Question 7 wrap your EM algorithm in a grid over \(\gamma\). It should be reaching the highest value at the true \(\gamma\). You can start all parameters at the truth within each iteration.

q3.plot()

Fixed Effect

We could also have tried a fixed effect approach, where we directly use the duration as a measurement of the true lambda. In the Fixed Effect world, we estimate an \(a_i\) per individual. For a given individual you only have one \(D_i,W_i\). Still however, you can write the MLE estimate of \(a_i\) using the same formula that you derived at the begining of the homework.

We can try to maximize the overall likelihood using FE parameters \(a_i\) by applying the following procedure:

  1. for a given value of \(\gamma\) compute the MLE estimate of \(a_i\)
  2. evaluate the likelihood at the value of \(\gamma\)
  3. do this for a grid of \(\gamma\) and report what seems to be the highest value.

Question 8 Implement this in a function, report the estimate of \(\gamma\) that it returns (please actually report a curve over \(\gamma\)). Use the following code to generate data. Comment on the result.

p = list(rho=0.9, gamma =1.5)

p$n = 1000
data = data.table(B = 0, W = exp(rnorm(p$n) -2))

# draw the latent type
data[, a := runif(p$n, min=0.5, max=2.5)]

# solve for lambda
data[, Lb := ((p$rho*W - B)/a)^(1/(1+p$gamma))]
data[, Lb := pmin(pmax(Lb,0),1)] # bound it between 0 and 1

data[, D1 := rexp(p$n, rate = Lb)]
data[, D2 := rexp(p$n, rate = Lb)]

Question 9 (bonus) Repeat the fixed-effect approach for the case that we observe two sets of wage and unemployment duration. Specifically, we generate the data by the following code.
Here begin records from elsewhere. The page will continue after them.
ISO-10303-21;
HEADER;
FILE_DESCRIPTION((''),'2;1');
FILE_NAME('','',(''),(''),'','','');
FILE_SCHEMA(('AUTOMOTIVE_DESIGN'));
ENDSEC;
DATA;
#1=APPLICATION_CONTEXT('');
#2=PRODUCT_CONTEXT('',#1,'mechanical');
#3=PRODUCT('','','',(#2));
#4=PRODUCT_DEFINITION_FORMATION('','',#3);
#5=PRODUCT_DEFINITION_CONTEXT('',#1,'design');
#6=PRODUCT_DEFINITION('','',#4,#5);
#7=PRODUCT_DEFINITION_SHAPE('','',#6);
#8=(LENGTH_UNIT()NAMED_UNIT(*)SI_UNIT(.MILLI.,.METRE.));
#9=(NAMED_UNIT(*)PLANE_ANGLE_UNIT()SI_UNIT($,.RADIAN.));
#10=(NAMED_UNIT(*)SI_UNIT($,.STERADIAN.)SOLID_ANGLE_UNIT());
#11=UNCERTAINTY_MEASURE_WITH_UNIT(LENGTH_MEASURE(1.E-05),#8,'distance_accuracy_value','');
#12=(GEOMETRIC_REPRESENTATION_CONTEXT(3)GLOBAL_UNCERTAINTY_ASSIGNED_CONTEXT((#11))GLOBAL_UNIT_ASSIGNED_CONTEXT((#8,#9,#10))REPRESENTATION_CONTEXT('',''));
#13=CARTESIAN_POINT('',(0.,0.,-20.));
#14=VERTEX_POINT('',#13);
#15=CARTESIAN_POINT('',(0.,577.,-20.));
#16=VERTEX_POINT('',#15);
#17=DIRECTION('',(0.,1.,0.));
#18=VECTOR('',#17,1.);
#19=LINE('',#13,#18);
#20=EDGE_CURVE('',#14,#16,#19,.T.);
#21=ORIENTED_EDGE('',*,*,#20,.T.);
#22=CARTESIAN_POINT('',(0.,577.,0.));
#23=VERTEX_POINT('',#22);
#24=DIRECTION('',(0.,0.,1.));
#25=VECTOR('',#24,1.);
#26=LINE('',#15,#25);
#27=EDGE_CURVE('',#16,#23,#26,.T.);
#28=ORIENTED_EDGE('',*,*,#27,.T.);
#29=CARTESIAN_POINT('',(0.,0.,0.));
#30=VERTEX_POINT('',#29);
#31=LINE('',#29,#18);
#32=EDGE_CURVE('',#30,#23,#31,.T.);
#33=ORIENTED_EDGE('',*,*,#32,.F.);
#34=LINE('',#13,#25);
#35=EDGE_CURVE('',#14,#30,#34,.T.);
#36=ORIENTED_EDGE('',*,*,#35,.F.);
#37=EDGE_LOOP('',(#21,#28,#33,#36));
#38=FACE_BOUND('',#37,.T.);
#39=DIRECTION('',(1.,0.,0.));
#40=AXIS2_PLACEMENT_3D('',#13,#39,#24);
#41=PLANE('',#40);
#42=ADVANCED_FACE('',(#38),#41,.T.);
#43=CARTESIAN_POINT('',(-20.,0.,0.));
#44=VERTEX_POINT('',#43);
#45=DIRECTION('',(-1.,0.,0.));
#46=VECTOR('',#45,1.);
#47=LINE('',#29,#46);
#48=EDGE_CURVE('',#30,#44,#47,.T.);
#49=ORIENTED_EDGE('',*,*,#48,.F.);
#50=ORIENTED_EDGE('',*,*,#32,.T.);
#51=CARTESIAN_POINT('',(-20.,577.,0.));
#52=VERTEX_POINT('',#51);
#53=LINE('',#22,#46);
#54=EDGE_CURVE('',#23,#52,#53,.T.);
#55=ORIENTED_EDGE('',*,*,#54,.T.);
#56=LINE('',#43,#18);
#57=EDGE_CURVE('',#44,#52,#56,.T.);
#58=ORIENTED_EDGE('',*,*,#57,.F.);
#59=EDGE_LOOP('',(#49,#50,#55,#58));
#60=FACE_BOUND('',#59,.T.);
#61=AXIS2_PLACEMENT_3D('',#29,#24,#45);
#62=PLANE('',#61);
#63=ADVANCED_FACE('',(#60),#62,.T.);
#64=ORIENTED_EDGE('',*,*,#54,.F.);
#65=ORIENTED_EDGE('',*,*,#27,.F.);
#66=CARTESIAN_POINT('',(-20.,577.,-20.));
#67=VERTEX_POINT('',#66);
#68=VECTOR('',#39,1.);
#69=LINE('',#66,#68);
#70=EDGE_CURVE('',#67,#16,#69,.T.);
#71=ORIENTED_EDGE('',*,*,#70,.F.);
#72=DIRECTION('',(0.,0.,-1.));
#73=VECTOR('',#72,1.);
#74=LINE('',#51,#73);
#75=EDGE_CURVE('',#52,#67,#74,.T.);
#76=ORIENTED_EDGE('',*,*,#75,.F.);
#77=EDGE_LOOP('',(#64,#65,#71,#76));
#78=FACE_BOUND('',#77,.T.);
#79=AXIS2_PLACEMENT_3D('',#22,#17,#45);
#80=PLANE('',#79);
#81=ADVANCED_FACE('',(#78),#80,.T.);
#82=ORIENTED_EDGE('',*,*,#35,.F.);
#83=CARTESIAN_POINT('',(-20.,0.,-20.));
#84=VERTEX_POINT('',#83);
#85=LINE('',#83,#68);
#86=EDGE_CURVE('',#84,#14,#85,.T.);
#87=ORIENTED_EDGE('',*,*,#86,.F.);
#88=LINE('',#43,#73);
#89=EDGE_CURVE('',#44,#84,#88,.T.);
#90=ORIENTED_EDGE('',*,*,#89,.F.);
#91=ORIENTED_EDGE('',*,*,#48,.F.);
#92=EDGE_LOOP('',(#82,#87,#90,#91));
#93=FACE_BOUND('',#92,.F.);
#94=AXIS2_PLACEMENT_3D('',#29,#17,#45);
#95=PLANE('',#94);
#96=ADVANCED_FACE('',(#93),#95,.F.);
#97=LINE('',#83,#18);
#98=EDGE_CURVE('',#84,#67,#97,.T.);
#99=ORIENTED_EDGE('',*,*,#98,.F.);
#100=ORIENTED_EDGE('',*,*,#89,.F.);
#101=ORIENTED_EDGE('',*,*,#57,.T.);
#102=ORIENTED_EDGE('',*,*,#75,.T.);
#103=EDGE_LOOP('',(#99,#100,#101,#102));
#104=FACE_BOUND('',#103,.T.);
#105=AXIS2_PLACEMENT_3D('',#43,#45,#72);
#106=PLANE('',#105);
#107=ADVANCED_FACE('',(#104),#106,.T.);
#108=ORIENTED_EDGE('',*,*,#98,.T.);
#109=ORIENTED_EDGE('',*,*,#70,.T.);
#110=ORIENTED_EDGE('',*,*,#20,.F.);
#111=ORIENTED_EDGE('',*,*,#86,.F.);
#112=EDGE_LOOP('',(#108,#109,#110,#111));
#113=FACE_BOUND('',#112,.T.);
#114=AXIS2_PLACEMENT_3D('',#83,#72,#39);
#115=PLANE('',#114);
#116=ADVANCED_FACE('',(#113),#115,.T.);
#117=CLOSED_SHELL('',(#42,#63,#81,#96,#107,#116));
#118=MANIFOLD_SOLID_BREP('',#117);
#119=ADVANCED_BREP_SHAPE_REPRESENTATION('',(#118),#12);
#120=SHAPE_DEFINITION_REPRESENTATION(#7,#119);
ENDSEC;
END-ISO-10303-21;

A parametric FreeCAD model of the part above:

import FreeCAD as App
import Part
import Sketcher
from FreeCAD import Vector
Q = App.Units.Quantity

doc = App.newDocument("Part")
params = doc.addObject("Spreadsheet::Sheet", "Params")
for row, (alias, value) in enumerate([
    ("sketch1_width", "20 mm"),
    ("pad1_length", "577 mm"),
], start=1):
    params.set(f"A{row}", alias)
    params.set(f"B{row}", "=" + value)
    params.setAlias(f"B{row}", alias)

body = doc.addObject("PartDesign::Body", "Body")

# Sketch on XZ plane
sketch1 = body.newObject("Sketcher::SketchObject", "Sketch")
sketch1.AttachmentSupport = (doc.getObject("XZ_Plane"), [""])
sketch1.MapMode = "FlatFace"
sketch1.addGeometry([
    Part.LineSegment(Vector(-20, 0, 0), Vector(0, 0, 0)),
    Part.LineSegment(Vector(0, 0, 0), Vector(0, -20, 0)),
    Part.LineSegment(Vector(0, -20, 0), Vector(-20, -20, 0)),
    Part.LineSegment(Vector(-20, -20, 0), Vector(-20, 0, 0)),
], False)
sketch1.addConstraint([
    Sketcher.Constraint("Coincident", 0, 2, 1, 1),
    Sketcher.Constraint("Coincident", 1, 2, 2, 1),
    Sketcher.Constraint("Coincident", 2, 2, 3, 1),
    Sketcher.Constraint("Coincident", 3, 2, 0, 1),
    Sketcher.Constraint("Horizontal", 0),
    Sketcher.Constraint("Vertical", 1),
    Sketcher.Constraint("Horizontal", 2),
    Sketcher.Constraint("Vertical", 3),
    Sketcher.Constraint("Coincident", 0, 2, -1, 1),
    Sketcher.Constraint("Equal", 2, 1),
    Sketcher.Constraint("DistanceX", 0, 1, 0, 2, Q("20 mm")),
])
sketch1.setExpression("Constraints[10]", "Params.sketch1_width")
pad1 = body.newObject("PartDesign::Pad", "Pad")
pad1.Profile = sketch1
pad1.setExpression("Length", "Params.pad1_length")
pad1.Reversed = True

doc.recompute()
p = list(rho=0.9, gamma =1.5)

p$n = 1000
data = data.table(B = 0, W1 = exp(rnorm(p$n) -2), W2 = exp(rnorm(p$n) -2))

# draw the latent type
data[, a := runif(p$n, min=0.5, max=2.5)]

# solve for lambda
data[, Lb1 := ((p$rho*W1 - B)/a)^(1/(1+p$gamma))]
data[, Lb2 := ((p$rho*W2 - B)/a)^(1/(1+p$gamma))]
data[, Lb1 := pmin(pmax(Lb1,0),1)] # bound it between 0 and 1
data[, Lb2 := pmin(pmax(Lb2,0),1)] # bound it between 0 and 1

data[, D1 := rexp(p$n, rate = Lb1)]
data[, D2 := rexp(p$n, rate = Lb2)]